Task to complete: All lines before the one containing "e29 v26 v6 LINE", plus that line itself, are to be printed exactly as they appear below.

(Dataset records)

· · · · · · ·

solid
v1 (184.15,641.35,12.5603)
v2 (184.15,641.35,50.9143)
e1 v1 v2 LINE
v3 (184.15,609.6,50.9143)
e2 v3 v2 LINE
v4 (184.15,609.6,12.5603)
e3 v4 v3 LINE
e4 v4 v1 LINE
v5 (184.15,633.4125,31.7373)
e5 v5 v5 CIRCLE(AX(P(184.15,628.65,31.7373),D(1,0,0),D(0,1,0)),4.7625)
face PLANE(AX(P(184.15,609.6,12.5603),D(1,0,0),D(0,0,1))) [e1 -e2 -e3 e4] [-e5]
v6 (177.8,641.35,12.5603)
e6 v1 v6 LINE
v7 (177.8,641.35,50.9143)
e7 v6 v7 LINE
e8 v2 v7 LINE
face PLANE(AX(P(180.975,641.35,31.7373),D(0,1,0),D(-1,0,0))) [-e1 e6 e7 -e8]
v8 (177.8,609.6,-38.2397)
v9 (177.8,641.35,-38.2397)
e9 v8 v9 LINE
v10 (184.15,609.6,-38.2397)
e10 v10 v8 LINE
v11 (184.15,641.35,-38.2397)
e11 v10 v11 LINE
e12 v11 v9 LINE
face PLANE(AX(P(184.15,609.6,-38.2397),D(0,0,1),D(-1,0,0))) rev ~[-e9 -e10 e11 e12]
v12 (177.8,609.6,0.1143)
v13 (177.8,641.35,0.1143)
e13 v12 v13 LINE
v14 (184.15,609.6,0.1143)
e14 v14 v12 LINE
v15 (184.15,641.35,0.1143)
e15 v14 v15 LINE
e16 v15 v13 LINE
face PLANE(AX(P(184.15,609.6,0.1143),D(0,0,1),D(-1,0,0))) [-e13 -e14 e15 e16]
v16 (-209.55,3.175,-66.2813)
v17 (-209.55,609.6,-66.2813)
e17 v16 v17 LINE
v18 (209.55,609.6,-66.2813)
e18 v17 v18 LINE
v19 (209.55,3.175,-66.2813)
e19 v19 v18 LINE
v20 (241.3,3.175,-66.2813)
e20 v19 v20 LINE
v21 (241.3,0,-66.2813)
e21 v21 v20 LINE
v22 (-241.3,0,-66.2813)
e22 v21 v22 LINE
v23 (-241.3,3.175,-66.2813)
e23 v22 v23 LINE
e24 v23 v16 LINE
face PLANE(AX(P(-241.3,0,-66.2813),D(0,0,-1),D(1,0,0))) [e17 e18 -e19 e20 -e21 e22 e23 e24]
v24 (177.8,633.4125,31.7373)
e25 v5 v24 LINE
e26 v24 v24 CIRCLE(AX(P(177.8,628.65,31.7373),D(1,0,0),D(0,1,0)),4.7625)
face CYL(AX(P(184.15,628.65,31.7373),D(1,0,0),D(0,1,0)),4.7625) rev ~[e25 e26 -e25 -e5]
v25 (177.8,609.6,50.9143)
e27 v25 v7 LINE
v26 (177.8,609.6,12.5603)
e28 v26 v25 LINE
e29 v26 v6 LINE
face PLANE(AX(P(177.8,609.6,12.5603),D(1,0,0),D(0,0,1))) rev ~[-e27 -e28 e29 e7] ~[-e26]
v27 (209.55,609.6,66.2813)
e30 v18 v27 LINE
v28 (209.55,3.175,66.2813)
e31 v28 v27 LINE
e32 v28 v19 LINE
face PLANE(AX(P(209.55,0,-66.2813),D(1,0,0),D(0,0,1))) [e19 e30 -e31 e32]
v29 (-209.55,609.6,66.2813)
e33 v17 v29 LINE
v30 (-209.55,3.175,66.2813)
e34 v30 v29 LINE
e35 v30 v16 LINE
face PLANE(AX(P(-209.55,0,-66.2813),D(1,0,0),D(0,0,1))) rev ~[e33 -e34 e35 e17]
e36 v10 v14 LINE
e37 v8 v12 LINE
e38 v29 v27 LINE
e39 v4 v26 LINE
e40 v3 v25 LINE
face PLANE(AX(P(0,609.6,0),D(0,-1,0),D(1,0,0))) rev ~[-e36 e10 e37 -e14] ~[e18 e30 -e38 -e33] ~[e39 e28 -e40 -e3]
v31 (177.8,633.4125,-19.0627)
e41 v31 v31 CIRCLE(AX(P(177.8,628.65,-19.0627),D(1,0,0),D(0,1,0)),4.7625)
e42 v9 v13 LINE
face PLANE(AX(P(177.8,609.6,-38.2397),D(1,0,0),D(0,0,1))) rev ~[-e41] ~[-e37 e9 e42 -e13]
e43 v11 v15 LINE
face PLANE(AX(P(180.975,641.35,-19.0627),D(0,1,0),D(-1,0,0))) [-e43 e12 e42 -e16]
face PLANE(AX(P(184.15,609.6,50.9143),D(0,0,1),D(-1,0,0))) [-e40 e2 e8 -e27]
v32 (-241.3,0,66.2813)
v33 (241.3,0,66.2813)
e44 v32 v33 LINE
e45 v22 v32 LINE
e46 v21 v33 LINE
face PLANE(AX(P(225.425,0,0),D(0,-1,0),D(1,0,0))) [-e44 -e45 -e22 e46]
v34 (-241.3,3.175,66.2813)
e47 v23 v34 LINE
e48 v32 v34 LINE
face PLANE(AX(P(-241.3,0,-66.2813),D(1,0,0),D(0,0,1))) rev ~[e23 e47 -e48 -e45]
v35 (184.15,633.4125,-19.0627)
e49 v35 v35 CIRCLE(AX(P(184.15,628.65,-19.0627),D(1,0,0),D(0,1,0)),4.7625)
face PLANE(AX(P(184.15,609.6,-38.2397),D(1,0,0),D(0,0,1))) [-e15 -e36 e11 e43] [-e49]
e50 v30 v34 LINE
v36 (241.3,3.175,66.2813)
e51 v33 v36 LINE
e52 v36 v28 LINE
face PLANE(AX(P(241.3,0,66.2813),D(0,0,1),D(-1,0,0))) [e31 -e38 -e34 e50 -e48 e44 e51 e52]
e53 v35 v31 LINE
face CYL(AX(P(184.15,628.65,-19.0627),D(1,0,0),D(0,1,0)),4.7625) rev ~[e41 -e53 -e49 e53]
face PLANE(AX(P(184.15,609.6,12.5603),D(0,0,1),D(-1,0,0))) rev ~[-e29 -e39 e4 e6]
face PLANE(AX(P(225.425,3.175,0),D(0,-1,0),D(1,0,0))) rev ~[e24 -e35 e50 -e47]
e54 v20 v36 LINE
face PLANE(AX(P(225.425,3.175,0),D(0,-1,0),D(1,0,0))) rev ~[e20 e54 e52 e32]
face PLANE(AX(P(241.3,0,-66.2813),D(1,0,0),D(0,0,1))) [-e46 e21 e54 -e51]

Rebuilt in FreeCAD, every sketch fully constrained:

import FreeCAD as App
import Part
import Sketcher
from FreeCAD import Vector
Q = App.Units.Quantity

doc = App.newDocument("Part")
body = doc.addObject("PartDesign::Body", "Body")

sketch1 = doc.addObject("Sketcher::SketchObject", "Sketch")
body.addObject(sketch1)
sketch1.AttachmentSupport = (doc.XZ_Plane, [""])
sketch1.MapMode = "FlatFace"
sketch1.addGeometry(Part.LineSegment(Vector(-210, 66, 0), Vector(-210, -66, 0)), False)
sketch1.addGeometry(Part.LineSegment(Vector(-210, -66, 0), Vector(210, -66, 0)), False)
sketch1.addGeometry(Part.LineSegment(Vector(210, -66, 0), Vector(210, 66, 0)), False)
sketch1.addGeometry(Part.LineSegment(Vector(210, 66, 0), Vector(-210, 66, 0)), False)
sketch1.addConstraint(Sketcher.Constraint("Coincident", 0, 2, 1, 1))
sketch1.addConstraint(Sketcher.Constraint("Coincident", 1, 2, 2, 1))
sketch1.addConstraint(Sketcher.Constraint("Coincident", 2, 2, 3, 1))
sketch1.addConstraint(Sketcher.Constraint("Coincident", 3, 2, 0, 1))
sketch1.addConstraint(Sketcher.Constraint("Vertical", 0))
sketch1.addConstraint(Sketcher.Constraint("Horizontal", 1))
sketch1.addConstraint(Sketcher.Constraint("Vertical", 2))
sketch1.addConstraint(Sketcher.Constraint("Horizontal", 3))
sketch1.addConstraint(Sketcher.Constraint("Symmetric", 0, 2, 2, 2, -1, 1))
sketch1.addConstraint(Sketcher.Constraint("DistanceX", 1, 1, 1, 2, Q("16.5 in")))
sketch1.addConstraint(Sketcher.Constraint("DistanceY", 0, 2, 0, 1, Q("5.219 in")))
pad1 = doc.addObject("PartDesign::Pad", "Pad")
body.addObject(pad1)
pad1.Profile = sketch1
pad1.Length = Q("24 in")
pad1.Reversed = True

sketch2 = doc.addObject("Sketcher::SketchObject", "Sketch001")
body.addObject(sketch2)
sketch2.AttachmentSupport = (doc.XZ_Plane, [""])
sketch2.MapMode = "FlatFace"
sketch2.addGeometry(Part.LineSegment(Vector(241, -66, 0), Vector(241, 66, 0)), False)
sketch2.addGeometry(Part.LineSegment(Vector(241, 66, 0), Vector(-241, 66, 0)), False)
sketch2.addGeometry(Part.LineSegment(Vector(-241, 66, 0), Vector(-241, -66, 0)), False)
sketch2.addGeometry(Part.LineSegment(Vector(-241, -66, 0), Vector(241, -66, 0)), False)
sketch2.addConstraint(Sketcher.Constraint("Coincident", 0, 2, 1, 1))
sketch2.addConstraint(Sketcher.Constraint("Coincident", 1, 2, 2, 1))
sketch2.addConstraint(Sketcher.Constraint("Coincident", 2, 2, 3, 1))
sketch2.addConstraint(Sketcher.Constraint("Coincident", 3, 2, 0, 1))
sketch2.addConstraint(Sketcher.Constraint("Vertical", 0))
sketch2.addConstraint(Sketcher.Constraint("Horizontal", 1))
sketch2.addConstraint(Sketcher.Constraint("Vertical", 2))
sketch2.addConstraint(Sketcher.Constraint("Horizontal", 3))
sketch2.addConstraint(Sketcher.Constraint("Symmetric", 0, 2, 2, 2, -1, 1))
sketch2.addConstraint(Sketcher.Constraint("DistanceX", 1, 2, 1, 1, Q("19 in")))
sketch2.addConstraint(Sketcher.Constraint("DistanceY", 0, 1, 0, 2, Q("5.219 in")))
pad2 = doc.addObject("PartDesign::Pad", "Pad001")
body.addObject(pad2)
pad2.Profile = sketch2
pad2.Length = Q("0.125 in")
pad2.Reversed = True

sketch3 = doc.addObject("Sketcher::SketchObject", "Sketch002")
body.addObject(sketch3)
sketch3.AttachmentSupport = (doc.XZ_Plane, [""])
sketch3.MapMode = "FlatFace"
sketch3.AttachmentOffset = App.Placement(Vector(0, 0, -24 * 25.4), App.Rotation())
sketch3.addGeometry(Part.LineSegment(Vector(184, 51, 0), Vector(184, 13, 0)), False)
sketch3.addGeometry(Part.LineSegment(Vector(184, 13, 0), Vector(178, 13, 0)), False)
sketch3.addGeometry(Part.LineSegment(Vector(178, 13, 0), Vector(178, 51, 0)), False)
sketch3.addGeometry(Part.LineSegment(Vector(178, 51, 0), Vector(184, 51, 0)), False)
sketch3.addGeometry(Part.LineSegment(Vector(184, 0, 0), Vector(184, -38, 0)), False)
sketch3.addGeometry(Part.LineSegment(Vector(184, -38, 0), Vector(178, -38, 0)), False)
sketch3.addGeometry(Part.LineSegment(Vector(178, -38, 0), Vector(178, 0, 0)), False)
sketch3.addGeometry(Part.LineSegment(Vector(178, 0, 0), Vector(184, 0, 0)), False)
sketch3.addConstraint(Sketcher.Constraint("Coincident", 0, 2, 1, 1))
sketch3.addConstraint(Sketcher.Constraint("Coincident", 1, 2, 2, 1))
sketch3.addConstraint(Sketcher.Constraint("Coincident", 2, 2, 3, 1))
sketch3.addConstraint(Sketcher.Constraint("Coincident", 3, 2, 0, 1))
sketch3.addConstraint(Sketcher.Constraint("Coincident", 4, 2, 5, 1))
sketch3.addConstraint(Sketcher.Constraint("Coincident", 5, 2, 6, 1))
sketch3.addConstraint(Sketcher.Constraint("Coincident", 6, 2, 7, 1))
sketch3.addConstraint(Sketcher.Constraint("Coincident", 7, 2, 4, 1))
sketch3.addConstraint(Sketcher.Constraint("Vertical", 0))
sketch3.addConstraint(Sketcher.Constraint("Horizontal", 1))
sketch3.addConstraint(Sketcher.Constraint("Vertical", 2))
sketch3.addConstraint(Sketcher.Constraint("Horizontal", 3))
sketch3.addConstraint(Sketcher.Constraint("Vertical", 4))
sketch3.addConstraint(Sketcher.Constraint("Horizontal", 5))
sketch3.addConstraint(Sketcher.Constraint("Vertical", 6))
sketch3.addConstraint(Sketcher.Constraint("Horizontal", 7))
sketch3.addConstraint(Sketcher.Constraint("Vertical", 3, 2, 4, 2))
sketch3.addConstraint(Sketcher.Constraint("Vertical", 2, 2, 5, 2))
sketch3.addConstraint(Sketcher.Constraint("Equal", 2, 4))
sketch3.addConstraint(Sketcher.Constraint("DistanceX", -1, 1, 1, 2, Q("7 in")))
sketch3.addConstraint(Sketcher.Constraint("DistanceY", 4, 2, 0, 2, Q("2 in")))
sketch3.addConstraint(Sketcher.Constraint("DistanceX", 1, 2, 1, 1, Q("0.25 in")))
sketch3.addConstraint(Sketcher.Constraint("DistanceY", 0, 2, 0, 1, Q("1.51 in")))
sketch3.addConstraint(Sketcher.Constraint("DistanceY", -1, 1, 0, 2, Q("0.4945 in")))
pad3 = doc.addObject("PartDesign::Pad", "Pad002")
body.addObject(pad3)
pad3.Profile = sketch3
pad3.Length = Q("1.25 in")
pad3.Reversed = True

sketch4 = doc.addObject("Sketcher::SketchObject", "Sketch003")
body.addObject(sketch4)
sketch4.AttachmentSupport = (doc.YZ_Plane, [""])
sketch4.MapMode = "FlatFace"
sketch4.AttachmentOffset = App.Placement(Vector(0, 0, 7.25 * 25.4), App.Rotation())
sketch4.addGeometry(Part.Circle(Vector(628.6, 31.7, 0), Vector(0, 0, 1), 4.8), False)
sketch4.addGeometry(Part.Circle(Vector(628.6, -19.1, 0), Vector(0, 0, 1), 4.8), False)
sketch4.addConstraint(Sketcher.Constraint("Equal", 0, 1))
sketch4.addConstraint(Sketcher.Constraint("Vertical", 0, 3, 1, 3))
sketch4.addConstraint(Sketcher.Constraint("Diameter", 0, Q("0.375 in")))
sketch4.addConstraint(Sketcher.Constraint("DistanceY", 1, 3, 0, 3, Q("2 in")))
sketch4.addConstraint(Sketcher.Constraint("DistanceX", -1, 1, 0, 3, Q("24.75 in")))
sketch4.addConstraint(Sketcher.Constraint("DistanceY", -1, 1, 0, 3, Q("1.2495 in")))
pocket1 = doc.addObject("PartDesign::Pocket", "Pocket")
body.addObject(pocket1)
pocket1.Profile = sketch4
pocket1.Type = "ThroughAll"

doc.recompute()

· · · · · · ·

Written answer:
solid
v1 (184.15,641.35,12.5603)
v2 (184.15,641.35,50.9143)
e1 v1 v2 LINE
v3 (184.15,609.6,50.9143)
e2 v3 v2 LINE
v4 (184.15,609.6,12.5603)
e3 v4 v3 LINE
e4 v4 v1 LINE
v5 (184.15,633.4125,31.7373)
e5 v5 v5 CIRCLE(AX(P(184.15,628.65,31.7373),D(1,0,0),D(0,1,0)),4.7625)
face PLANE(AX(P(184.15,609.6,12.5603),D(1,0,0),D(0,0,1))) [e1 -e2 -e3 e4] [-e5]
v6 (177.8,641.35,12.5603)
e6 v1 v6 LINE
v7 (177.8,641.35,50.9143)
e7 v6 v7 LINE
e8 v2 v7 LINE
face PLANE(AX(P(180.975,641.35,31.7373),D(0,1,0),D(-1,0,0))) [-e1 e6 e7 -e8]
v8 (177.8,609.6,-38.2397)
v9 (177.8,641.35,-38.2397)
e9 v8 v9 LINE
v10 (184.15,609.6,-38.2397)
e10 v10 v8 LINE
v11 (184.15,641.35,-38.2397)
e11 v10 v11 LINE
e12 v11 v9 LINE
face PLANE(AX(P(184.15,609.6,-38.2397),D(0,0,1),D(-1,0,0))) rev ~[-e9 -e10 e11 e12]
v12 (177.8,609.6,0.1143)
v13 (177.8,641.35,0.1143)
e13 v12 v13 LINE
v14 (184.15,609.6,0.1143)
e14 v14 v12 LINE
v15 (184.15,641.35,0.1143)
e15 v14 v15 LINE
e16 v15 v13 LINE
face PLANE(AX(P(184.15,609.6,0.1143),D(0,0,1),D(-1,0,0))) [-e13 -e14 e15 e16]
v16 (-209.55,3.175,-66.2813)
v17 (-209.55,609.6,-66.2813)
e17 v16 v17 LINE
v18 (209.55,609.6,-66.2813)
e18 v17 v18 LINE
v19 (209.55,3.175,-66.2813)
e19 v19 v18 LINE
v20 (241.3,3.175,-66.2813)
e20 v19 v20 LINE
v21 (241.3,0,-66.2813)
e21 v21 v20 LINE
v22 (-241.3,0,-66.2813)
e22 v21 v22 LINE
v23 (-241.3,3.175,-66.2813)
e23 v22 v23 LINE
e24 v23 v16 LINE
face PLANE(AX(P(-241.3,0,-66.2813),D(0,0,-1),D(1,0,0))) [e17 e18 -e19 e20 -e21 e22 e23 e24]
v24 (177.8,633.4125,31.7373)
e25 v5 v24 LINE
e26 v24 v24 CIRCLE(AX(P(177.8,628.65,31.7373),D(1,0,0),D(0,1,0)),4.7625)
face CYL(AX(P(184.15,628.65,31.7373),D(1,0,0),D(0,1,0)),4.7625) rev ~[e25 e26 -e25 -e5]
v25 (177.8,609.6,50.9143)
e27 v25 v7 LINE
v26 (177.8,609.6,12.5603)
e28 v26 v25 LINE
e29 v26 v6 LINE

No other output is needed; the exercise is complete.